## Problem Statement

You are given an array of integers and a number k. The problem statement asks to find maximum average subarray of k length. Subarray is nothing but an array composed from a contiguous block of the original array’s elements

## Example

arr[] = {1,3,12,34,76,10}

[2, 4]

Explanation: Array starting from index 2 to index 4 holds the maximum average. Thus [2,4] is maximum average subarray of length 2.

arr[] = {1,-2,8,3,-6,9}

[1, 3]

Explanation: Array starting from index 1 to index 3 holds the maximum average.

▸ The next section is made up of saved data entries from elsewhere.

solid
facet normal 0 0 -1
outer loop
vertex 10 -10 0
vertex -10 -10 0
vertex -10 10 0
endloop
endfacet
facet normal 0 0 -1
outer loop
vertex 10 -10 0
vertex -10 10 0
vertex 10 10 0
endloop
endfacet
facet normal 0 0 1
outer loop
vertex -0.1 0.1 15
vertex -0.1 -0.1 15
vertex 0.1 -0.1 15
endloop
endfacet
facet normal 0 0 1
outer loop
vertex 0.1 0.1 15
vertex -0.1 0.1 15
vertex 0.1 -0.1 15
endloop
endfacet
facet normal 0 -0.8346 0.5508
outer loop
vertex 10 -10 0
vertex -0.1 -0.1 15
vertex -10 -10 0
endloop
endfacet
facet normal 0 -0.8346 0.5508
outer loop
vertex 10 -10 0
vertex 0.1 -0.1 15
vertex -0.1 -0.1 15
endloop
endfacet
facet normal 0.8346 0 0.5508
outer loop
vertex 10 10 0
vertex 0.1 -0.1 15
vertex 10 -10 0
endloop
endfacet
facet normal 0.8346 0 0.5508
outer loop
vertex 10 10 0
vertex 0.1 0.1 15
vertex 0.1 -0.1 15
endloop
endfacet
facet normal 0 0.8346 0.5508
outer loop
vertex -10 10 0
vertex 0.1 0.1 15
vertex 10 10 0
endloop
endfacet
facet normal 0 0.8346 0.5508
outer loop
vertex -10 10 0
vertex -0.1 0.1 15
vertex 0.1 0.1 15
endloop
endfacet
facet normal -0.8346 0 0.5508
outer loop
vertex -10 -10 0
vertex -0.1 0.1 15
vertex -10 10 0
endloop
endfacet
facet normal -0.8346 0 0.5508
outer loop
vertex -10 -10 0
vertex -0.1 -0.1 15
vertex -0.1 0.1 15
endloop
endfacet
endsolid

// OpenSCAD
// param: base_size=20, height=15
module pyramid(base_size=20, height=15) {
    linear_extrude(height=height, scale=0.01) square(base_size, center=true);
}
pyramid(base_size=20, height=15);
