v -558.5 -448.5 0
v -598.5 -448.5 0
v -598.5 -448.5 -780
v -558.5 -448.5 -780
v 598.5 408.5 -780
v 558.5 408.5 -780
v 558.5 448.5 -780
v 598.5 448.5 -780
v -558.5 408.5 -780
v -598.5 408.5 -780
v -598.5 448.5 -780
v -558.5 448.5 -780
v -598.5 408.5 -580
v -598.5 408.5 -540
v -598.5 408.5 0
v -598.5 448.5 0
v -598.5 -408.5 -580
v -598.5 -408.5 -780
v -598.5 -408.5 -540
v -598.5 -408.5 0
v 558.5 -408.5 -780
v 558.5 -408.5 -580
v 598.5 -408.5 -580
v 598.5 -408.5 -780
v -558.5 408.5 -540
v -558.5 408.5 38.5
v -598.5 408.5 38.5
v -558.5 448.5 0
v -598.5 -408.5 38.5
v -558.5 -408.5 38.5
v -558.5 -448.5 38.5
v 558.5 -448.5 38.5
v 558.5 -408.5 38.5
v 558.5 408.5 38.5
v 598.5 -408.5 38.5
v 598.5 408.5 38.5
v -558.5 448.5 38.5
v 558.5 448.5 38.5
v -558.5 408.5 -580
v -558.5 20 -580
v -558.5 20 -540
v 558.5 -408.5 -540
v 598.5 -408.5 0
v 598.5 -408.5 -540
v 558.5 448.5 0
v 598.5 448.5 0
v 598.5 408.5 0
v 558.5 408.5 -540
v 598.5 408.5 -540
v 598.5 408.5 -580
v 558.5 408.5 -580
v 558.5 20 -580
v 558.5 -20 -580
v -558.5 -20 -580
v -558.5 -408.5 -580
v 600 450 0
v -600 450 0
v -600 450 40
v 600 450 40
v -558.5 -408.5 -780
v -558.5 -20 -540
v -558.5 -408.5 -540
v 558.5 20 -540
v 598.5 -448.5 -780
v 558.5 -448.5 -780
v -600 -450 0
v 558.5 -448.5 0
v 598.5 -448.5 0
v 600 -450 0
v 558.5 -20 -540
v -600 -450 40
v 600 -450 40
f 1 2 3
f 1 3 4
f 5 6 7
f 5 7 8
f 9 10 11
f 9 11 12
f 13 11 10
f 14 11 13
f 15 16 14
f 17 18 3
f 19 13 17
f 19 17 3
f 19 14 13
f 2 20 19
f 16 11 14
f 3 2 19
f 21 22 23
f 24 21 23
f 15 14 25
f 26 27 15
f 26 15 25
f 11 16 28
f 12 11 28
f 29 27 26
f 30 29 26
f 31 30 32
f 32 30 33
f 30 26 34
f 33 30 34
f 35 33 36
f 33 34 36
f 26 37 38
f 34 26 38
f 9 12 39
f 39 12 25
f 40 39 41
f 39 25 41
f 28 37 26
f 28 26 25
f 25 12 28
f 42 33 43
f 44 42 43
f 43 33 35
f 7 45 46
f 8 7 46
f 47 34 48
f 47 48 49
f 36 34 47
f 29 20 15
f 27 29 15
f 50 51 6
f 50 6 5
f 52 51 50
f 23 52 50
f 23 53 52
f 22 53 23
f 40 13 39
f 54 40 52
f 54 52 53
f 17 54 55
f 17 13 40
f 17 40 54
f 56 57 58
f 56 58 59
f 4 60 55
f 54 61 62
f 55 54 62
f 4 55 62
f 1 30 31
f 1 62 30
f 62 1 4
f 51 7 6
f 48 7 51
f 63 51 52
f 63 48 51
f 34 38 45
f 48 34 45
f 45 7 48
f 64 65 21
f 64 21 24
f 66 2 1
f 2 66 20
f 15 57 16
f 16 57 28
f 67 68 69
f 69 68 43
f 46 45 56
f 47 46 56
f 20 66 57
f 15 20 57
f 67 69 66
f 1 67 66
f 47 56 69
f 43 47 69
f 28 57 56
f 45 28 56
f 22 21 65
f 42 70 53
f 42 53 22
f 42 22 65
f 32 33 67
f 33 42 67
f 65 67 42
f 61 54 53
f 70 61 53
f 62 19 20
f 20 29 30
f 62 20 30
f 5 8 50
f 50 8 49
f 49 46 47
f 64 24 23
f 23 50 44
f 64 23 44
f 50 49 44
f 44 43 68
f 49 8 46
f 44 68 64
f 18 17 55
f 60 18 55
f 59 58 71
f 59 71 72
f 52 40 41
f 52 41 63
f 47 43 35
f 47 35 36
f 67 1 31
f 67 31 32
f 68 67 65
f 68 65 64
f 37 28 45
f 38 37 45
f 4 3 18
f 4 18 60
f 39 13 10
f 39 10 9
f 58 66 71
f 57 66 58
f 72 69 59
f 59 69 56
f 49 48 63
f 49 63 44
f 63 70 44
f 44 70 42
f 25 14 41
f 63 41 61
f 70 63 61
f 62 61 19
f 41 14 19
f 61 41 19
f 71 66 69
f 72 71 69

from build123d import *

# Parameters (mm, degrees)
F0_W      = 1200
F0_H      = 900
F1_DEPTH  = 40
F2_T      = -1.5
F3_W      = 40
F3_H      = 40
F4_DEPTH  = 818.5
F5_W      = 817
F5_H      = 40
F6_DEPTH  = 40
F7_W      = 817
F7_H      = 40
F8_DEPTH  = 40
F9_W      = 1117
F9_H      = 40
F10_DEPTH = 40


with BuildPart() as f1:
    # F0 (on Top) → F1 (new body)
    with BuildSketch(Plane.XY):
        Rectangle(F0_W, F0_H)
    extrude(amount=F1_DEPTH)

    # F2
    f2_openings = [f1.faces().sort_by_distance(p)[0] for p in [
        (0, 0, 0),
    ]]
    offset(amount=F2_T, openings=f2_openings)

    # F3 (on face) → F4 (join)
    with BuildSketch(Plane(origin=(0, 0, 38.5), x_dir=(1, 0, 0), z_dir=(0, 0, -1))):
        with Locations((-578.5, 428.5)):
            Rectangle(F3_W, F3_H)
        with Locations((578.5, 428.5)):
            Rectangle(F3_W, F3_H)
        with Locations((578.5, -428.5)):
            Rectangle(F3_W, F3_H)
        with Locations((-578.5, -428.5)):
            Rectangle(F3_W, F3_H)
    extrude(amount=F4_DEPTH)

    # F5 (on face) → F6 (join)
    with BuildSketch(Plane(origin=(-598.5, 0, 0), x_dir=(0, -1, 0), z_dir=(-1, 0, 0))):
        with Locations((0, -560)):
            Rectangle(F5_W, F5_H)
    extrude(amount=-F6_DEPTH)

    # F7 (on face) → F8 (join)
    with BuildSketch(Plane(origin=(558.5, 0, 0), x_dir=(0, -1, 0), z_dir=(-1, 0, 0))):
        with Locations((0, -560)):
            Rectangle(F7_W, F7_H)
    extrude(amount=-F8_DEPTH)

    # F9 (on face) → F10 (join)
    with BuildSketch(Plane(origin=(0, 0, -580), x_dir=(1, 0, 0), z_dir=(0, 0, -1))):
        Rectangle(F9_W, F9_H)
    extrude(amount=-F10_DEPTH)


solid = f1.part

## Algorithm to find maximum average subarray of k length

1. Declare a currentSum. 2. Set the currentSum to arr[0]. 3. Traverse the array from i=1 to less than the length of n. Store and update the addition of currentSum and arr[i] into the currentSum. 4. Set maximumSum to currentSum. 5. Set END to k-1. 6. Traverse the array from i=k to k to i < n. 7. Set sum to sum + arr[i] - arr[i - k]. Check if the sum is greater than maximumSum. 1. Set sum to maximumSum. 2. Set END to i. 8. Return END – k + 1.

## Explanation

We are given an array of integers and a number k. We have to find out the maximum average of sub-array of size k. This means the average we find should be of k contiguous numbers of the array. So we are going to find the average of k numbers within the sub-array. We have declared the condition if **k** is greater than **n**,. Return -1 if it is true. It means that if the value of k is greater than the value of n, which means we have not a valid value of k, it is not possible that k is greater than the size of the array.

We have already created the **currentSum**. Copy the first value of the given array to the currentSum. Then we will be traversing the array from index 1 because we already performed an operation on the value of currentSum. So we will be traversing the array and get the sum of previous element of currentSum and arr[i] and store it into the currentSum.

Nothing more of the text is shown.